AIM OF THE EXERCISE: Only one stretch of the data is wanted: the line containing "face CYL(AX(P(19.05,0,44.45),D(0,-1,0),D(0,0,-1)),3.3) rev", the line containing "v20 (22.86,3.175,66.675)", and every line between them, copied exactly.

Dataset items
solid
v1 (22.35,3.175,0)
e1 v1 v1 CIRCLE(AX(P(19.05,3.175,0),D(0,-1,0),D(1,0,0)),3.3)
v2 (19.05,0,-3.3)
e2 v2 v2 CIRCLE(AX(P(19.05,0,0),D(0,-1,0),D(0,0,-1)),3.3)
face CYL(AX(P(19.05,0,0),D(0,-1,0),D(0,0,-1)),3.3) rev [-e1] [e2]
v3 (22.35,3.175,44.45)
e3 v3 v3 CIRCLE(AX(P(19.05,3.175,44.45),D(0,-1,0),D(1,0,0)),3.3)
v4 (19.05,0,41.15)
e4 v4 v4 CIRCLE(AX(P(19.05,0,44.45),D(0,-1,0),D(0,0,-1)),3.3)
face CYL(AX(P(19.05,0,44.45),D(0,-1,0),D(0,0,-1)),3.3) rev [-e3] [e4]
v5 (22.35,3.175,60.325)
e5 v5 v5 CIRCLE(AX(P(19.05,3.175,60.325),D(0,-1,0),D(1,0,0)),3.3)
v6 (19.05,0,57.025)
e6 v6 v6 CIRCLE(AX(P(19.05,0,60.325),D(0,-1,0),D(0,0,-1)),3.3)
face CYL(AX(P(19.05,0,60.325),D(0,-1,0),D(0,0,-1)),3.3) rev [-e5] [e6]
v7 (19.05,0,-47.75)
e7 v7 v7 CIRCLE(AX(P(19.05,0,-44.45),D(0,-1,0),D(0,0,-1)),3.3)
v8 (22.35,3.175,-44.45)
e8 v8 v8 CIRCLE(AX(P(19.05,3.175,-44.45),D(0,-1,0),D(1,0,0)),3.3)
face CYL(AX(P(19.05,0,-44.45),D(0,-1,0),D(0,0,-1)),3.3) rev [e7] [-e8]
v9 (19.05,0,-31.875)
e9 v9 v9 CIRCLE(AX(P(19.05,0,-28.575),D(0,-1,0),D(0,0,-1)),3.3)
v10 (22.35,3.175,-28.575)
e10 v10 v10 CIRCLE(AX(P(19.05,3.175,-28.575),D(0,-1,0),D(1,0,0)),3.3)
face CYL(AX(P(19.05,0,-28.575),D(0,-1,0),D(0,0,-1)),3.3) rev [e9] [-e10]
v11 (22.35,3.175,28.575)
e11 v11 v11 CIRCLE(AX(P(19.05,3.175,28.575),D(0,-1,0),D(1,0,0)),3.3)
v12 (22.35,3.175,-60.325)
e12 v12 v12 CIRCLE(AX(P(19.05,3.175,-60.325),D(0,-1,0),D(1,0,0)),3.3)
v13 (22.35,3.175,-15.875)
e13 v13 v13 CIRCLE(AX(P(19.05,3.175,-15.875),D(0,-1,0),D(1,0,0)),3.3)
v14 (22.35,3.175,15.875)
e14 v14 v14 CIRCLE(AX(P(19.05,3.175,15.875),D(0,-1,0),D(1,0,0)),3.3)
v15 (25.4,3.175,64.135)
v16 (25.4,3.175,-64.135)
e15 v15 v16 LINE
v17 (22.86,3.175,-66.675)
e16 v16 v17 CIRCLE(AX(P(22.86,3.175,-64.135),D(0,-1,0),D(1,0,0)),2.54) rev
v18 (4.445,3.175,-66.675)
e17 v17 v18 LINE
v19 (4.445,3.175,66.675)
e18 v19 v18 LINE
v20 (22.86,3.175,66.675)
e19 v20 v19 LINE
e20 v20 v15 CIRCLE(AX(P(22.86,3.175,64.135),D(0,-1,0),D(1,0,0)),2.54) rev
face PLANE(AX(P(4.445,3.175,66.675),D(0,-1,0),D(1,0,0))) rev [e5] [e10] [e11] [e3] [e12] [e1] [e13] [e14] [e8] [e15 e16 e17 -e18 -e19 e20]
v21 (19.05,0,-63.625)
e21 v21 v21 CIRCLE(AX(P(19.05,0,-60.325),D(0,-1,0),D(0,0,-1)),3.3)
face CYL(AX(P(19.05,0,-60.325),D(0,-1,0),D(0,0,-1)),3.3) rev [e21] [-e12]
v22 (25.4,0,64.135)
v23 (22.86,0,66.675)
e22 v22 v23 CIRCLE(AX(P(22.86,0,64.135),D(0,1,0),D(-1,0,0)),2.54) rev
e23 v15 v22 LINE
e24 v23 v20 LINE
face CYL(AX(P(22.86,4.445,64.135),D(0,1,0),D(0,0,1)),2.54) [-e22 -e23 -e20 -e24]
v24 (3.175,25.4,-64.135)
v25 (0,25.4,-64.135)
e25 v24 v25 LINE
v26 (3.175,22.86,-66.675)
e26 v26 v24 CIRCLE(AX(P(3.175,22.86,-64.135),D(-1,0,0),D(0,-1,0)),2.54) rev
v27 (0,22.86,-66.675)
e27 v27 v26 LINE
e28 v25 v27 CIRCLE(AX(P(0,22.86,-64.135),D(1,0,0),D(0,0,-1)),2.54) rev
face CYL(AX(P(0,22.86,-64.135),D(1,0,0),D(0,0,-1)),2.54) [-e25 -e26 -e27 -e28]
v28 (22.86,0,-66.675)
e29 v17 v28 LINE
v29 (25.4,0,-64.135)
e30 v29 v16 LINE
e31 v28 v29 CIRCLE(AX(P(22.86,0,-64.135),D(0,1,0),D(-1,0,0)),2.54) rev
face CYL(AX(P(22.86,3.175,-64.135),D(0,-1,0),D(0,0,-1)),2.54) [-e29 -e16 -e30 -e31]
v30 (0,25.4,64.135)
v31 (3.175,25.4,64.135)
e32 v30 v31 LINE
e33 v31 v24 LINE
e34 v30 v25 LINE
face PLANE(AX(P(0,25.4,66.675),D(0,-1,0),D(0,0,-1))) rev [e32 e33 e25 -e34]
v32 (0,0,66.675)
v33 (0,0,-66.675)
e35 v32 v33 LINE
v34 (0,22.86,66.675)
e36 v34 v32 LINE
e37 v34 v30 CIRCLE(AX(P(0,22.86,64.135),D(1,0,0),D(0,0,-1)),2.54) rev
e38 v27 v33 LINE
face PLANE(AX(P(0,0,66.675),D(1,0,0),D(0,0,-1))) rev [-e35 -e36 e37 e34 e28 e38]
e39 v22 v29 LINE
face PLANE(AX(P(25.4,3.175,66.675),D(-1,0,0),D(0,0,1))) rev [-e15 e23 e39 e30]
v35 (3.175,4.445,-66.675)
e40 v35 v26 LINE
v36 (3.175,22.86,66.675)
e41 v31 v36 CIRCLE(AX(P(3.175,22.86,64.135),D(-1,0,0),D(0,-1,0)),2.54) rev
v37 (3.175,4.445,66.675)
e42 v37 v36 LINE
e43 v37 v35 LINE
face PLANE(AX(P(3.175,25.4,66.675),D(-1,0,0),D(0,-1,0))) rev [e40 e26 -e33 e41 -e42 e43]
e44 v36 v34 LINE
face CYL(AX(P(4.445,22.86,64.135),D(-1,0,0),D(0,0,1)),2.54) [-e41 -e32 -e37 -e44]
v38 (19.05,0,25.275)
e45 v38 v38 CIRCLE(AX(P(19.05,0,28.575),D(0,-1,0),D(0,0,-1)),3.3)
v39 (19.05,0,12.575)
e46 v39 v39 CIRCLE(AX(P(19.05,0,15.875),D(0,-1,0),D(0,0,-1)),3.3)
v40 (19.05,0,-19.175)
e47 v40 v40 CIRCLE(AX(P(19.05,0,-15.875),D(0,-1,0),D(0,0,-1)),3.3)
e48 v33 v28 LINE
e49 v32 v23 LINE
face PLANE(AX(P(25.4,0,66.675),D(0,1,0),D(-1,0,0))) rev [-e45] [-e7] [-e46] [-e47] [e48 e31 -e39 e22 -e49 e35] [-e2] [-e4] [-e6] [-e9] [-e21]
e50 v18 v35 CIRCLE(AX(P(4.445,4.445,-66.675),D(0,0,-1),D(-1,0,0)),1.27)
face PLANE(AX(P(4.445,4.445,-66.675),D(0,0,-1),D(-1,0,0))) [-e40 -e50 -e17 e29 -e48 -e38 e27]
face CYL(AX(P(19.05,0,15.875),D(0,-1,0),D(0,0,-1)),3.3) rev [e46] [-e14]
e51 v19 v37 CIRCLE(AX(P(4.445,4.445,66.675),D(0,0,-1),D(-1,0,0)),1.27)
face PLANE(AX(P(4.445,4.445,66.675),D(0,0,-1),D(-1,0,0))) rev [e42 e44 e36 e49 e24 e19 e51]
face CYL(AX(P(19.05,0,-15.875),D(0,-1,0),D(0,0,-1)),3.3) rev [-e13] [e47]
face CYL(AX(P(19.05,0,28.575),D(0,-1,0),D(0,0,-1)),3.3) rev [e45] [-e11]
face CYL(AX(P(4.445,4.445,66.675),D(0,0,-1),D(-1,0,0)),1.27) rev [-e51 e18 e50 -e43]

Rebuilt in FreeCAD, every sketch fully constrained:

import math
import FreeCAD as App
import Part
import Sketcher

V = App.Vector
Q = App.Units.Quantity


def edges_at(feature, points):
    """Names of the edges that pass closest to the given points."""
    edges = feature.Shape.Edges
    near = lambda p: min(range(len(edges)), key=lambda i: edges[i].distToShape(Part.Vertex(*p))[0])
    return sorted({f"Edge{near(p) + 1}" for p in points})

doc = App.newDocument("Part")
params = doc.addObject("Spreadsheet::Sheet", "Params")
for row, (alias, value) in enumerate([
    ("sketch1_width", "1 in"),
    ("sketch1_radius", "0.05 in"),
    ("sketch1_width2", "0.825 in"),
    ("pad1_length", "5.25 in"),
    ("hole_diameter", "6.6 mm"),
    ("linearpattern_pitch", "1.75 in"),
    ("fillet_radius", "0.1 in"),
], start=1):
    params.set(f"A{row}", alias)
    params.set(f"B{row}", "=" + value)
    params.setAlias(f"B{row}", alias)

body = doc.addObject("PartDesign::Body", "Body")

# Sketch on XY plane
sketch1 = doc.addObject("Sketcher::SketchObject", "Sketch")
body.addObject(sketch1)
sketch1.AttachmentSupport = (doc.XY_Plane, [""])
sketch1.MapMode = "FlatFace"
sketch1.addGeometry([
    Part.LineSegment(V(0, 25.4, 0), V(0, 0, 0)),  # 0
    Part.LineSegment(V(0, 0, 0), V(25.4, 0, 0)),  # 1
    Part.LineSegment(V(25.4, 0, 0), V(25.4, 3.2, 0)),  # 2
    Part.LineSegment(V(25.4, 3.2, 0), V(4.4, 3.2, 0)),  # 3
    Part.ArcOfCircle(Part.Circle(V(4.4, 4.4, 0), V(0, 0, 1), 1.3), math.radians(180), math.radians(270)),  # 4
    Part.LineSegment(V(3.2, 4.4, 0), V(3.2, 25.4, 0)),  # 5
    Part.LineSegment(V(3.2, 25.4, 0), V(0, 25.4, 0)),  # 6
], False)
sketch1.addConstraint([
    Sketcher.Constraint("Coincident", 0, 2, 1, 1),
    Sketcher.Constraint("Coincident", 1, 2, 2, 1),
    Sketcher.Constraint("Coincident", 2, 2, 3, 1),
    Sketcher.Constraint("Tangent", 3, 2, 4, 2),
    Sketcher.Constraint("Tangent", 4, 1, 5, 1),
    Sketcher.Constraint("Coincident", 5, 2, 6, 1),
    Sketcher.Constraint("Coincident", 6, 2, 0, 1),
    Sketcher.Constraint("Vertical", 0),
    Sketcher.Constraint("Horizontal", 1),
    Sketcher.Constraint("Vertical", 2),
    Sketcher.Constraint("Horizontal", 3),
    Sketcher.Constraint("Vertical", 5),
    Sketcher.Constraint("Horizontal", 6),
    Sketcher.Constraint("Coincident", 0, 2, -1, 1),
    Sketcher.Constraint("Equal", 1, 0),
    Sketcher.Constraint("Equal", 6, 2),
    Sketcher.Constraint("DistanceX", 1, 1, 1, 2, Q("1 in")),
    Sketcher.Constraint("Radius", 4, Q("0.05 in")),
    Sketcher.Constraint("DistanceX", 3, 2, 3, 1, Q("0.825 in")),
])
sketch1.setExpression("Constraints[16]", "Params.sketch1_width")
sketch1.setExpression("Constraints[17]", "Params.sketch1_radius")
sketch1.setExpression("Constraints[18]", "Params.sketch1_width2")
pad1 = doc.addObject("PartDesign::Pad", "Pad")
body.addObject(pad1)
pad1.Profile = sketch1
pad1.setExpression("Length", "Params.pad1_length")
pad1.Midplane = True

# Sketch on XZ plane
sketch2 = doc.addObject("Sketcher::SketchObject", "Sketch001")
body.addObject(sketch2)
sketch2.AttachmentSupport = (doc.XZ_Plane, [""])
sketch2.MapMode = "FlatFace"
sketch2.addGeometry([
    Part.Circle(V(19.1, 60.3, 0), V(0, 0, 1), 3.3),
    Part.Circle(V(19.1, 44.5, 0), V(0, 0, 1), 3.3),
    Part.Circle(V(19.1, 28.6, 0), V(0, 0, 1), 3.3),
], False)
sketch2.addConstraint([
    Sketcher.Constraint("Equal", 0, 1),
    Sketcher.Constraint("Equal", 1, 2),
    Sketcher.Constraint("Vertical", 0, 3, 1, 3),
    Sketcher.Constraint("Vertical", 1, 3, 2, 3),
    Sketcher.Constraint("Diameter", 0, Q("6.6 mm")),
    Sketcher.Constraint("DistanceX", -1, 1, 0, 3, Q("0.75 in")),
    Sketcher.Constraint("DistanceY", -1, 1, 1, 3, Q("1.75 in")),
    Sketcher.Constraint("DistanceY", 2, 3, 0, 3, Q("1.25 in")),
    Sketcher.Constraint("DistanceY", -1, 1, 0, 3, Q("2.375 in")),
])
doc.recompute()
hole = doc.addObject("PartDesign::Hole", "Hole")
body.addObject(hole)
hole.Profile = sketch2
hole.ThreadType = "None"
hole.setExpression("Diameter", "Params.hole_diameter")
hole.DepthType = "ThroughAll"
doc.recompute()

linearpattern = doc.addObject("PartDesign::LinearPattern", "LinearPattern")
body.addObject(linearpattern)
linearpattern.Originals = [hole]
linearpattern.Direction = (doc.Z_Axis, [""])
linearpattern.Mode = "offset"
linearpattern.setExpression("Offset", "Params.linearpattern_pitch")
linearpattern.Occurrences = 3
linearpattern.Reversed = True
body.Tip = linearpattern
doc.recompute()

fillet = doc.addObject("PartDesign::Fillet", "Fillet")
body.addObject(fillet)
fillet.Base = (linearpattern, edges_at(linearpattern, [
    (1.587, 25.4, 66.675),
    (1.587, 25.4, -66.675),
    (25.4, 1.587, 66.675),
    (25.4, 1.587, -66.675),
]))
fillet.setExpression("Radius", "Params.fillet_radius")

doc.recompute()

REPLY:
face CYL(AX(P(19.05,0,44.45),D(0,-1,0),D(0,0,-1)),3.3) rev [-e3] [e4]
v5 (22.35,3.175,60.325)
e5 v5 v5 CIRCLE(AX(P(19.05,3.175,60.325),D(0,-1,0),D(1,0,0)),3.3)
v6 (19.05,0,57.025)
e6 v6 v6 CIRCLE(AX(P(19.05,0,60.325),D(0,-1,0),D(0,0,-1)),3.3)
face CYL(AX(P(19.05,0,60.325),D(0,-1,0),D(0,0,-1)),3.3) rev [-e5] [e6]
v7 (19.05,0,-47.75)
e7 v7 v7 CIRCLE(AX(P(19.05,0,-44.45),D(0,-1,0),D(0,0,-1)),3.3)
v8 (22.35,3.175,-44.45)
e8 v8 v8 CIRCLE(AX(P(19.05,3.175,-44.45),D(0,-1,0),D(1,0,0)),3.3)
face CYL(AX(P(19.05,0,-44.45),D(0,-1,0),D(0,0,-1)),3.3) rev [e7] [-e8]
v9 (19.05,0,-31.875)
e9 v9 v9 CIRCLE(AX(P(19.05,0,-28.575),D(0,-1,0),D(0,0,-1)),3.3)
v10 (22.35,3.175,-28.575)
e10 v10 v10 CIRCLE(AX(P(19.05,3.175,-28.575),D(0,-1,0),D(1,0,0)),3.3)
face CYL(AX(P(19.05,0,-28.575),D(0,-1,0),D(0,0,-1)),3.3) rev [e9] [-e10]
v11 (22.35,3.175,28.575)
e11 v11 v11 CIRCLE(AX(P(19.05,3.175,28.575),D(0,-1,0),D(1,0,0)),3.3)
v12 (22.35,3.175,-60.325)
e12 v12 v12 CIRCLE(AX(P(19.05,3.175,-60.325),D(0,-1,0),D(1,0,0)),3.3)
v13 (22.35,3.175,-15.875)
e13 v13 v13 CIRCLE(AX(P(19.05,3.175,-15.875),D(0,-1,0),D(1,0,0)),3.3)
v14 (22.35,3.175,15.875)
e14 v14 v14 CIRCLE(AX(P(19.05,3.175,15.875),D(0,-1,0),D(1,0,0)),3.3)
v15 (25.4,3.175,64.135)
v16 (25.4,3.175,-64.135)
e15 v15 v16 LINE
v17 (22.86,3.175,-66.675)
e16 v16 v17 CIRCLE(AX(P(22.86,3.175,-64.135),D(0,-1,0),D(1,0,0)),2.54) rev
v18 (4.445,3.175,-66.675)
e17 v17 v18 LINE
v19 (4.445,3.175,66.675)
e18 v19 v18 LINE
v20 (22.86,3.175,66.675)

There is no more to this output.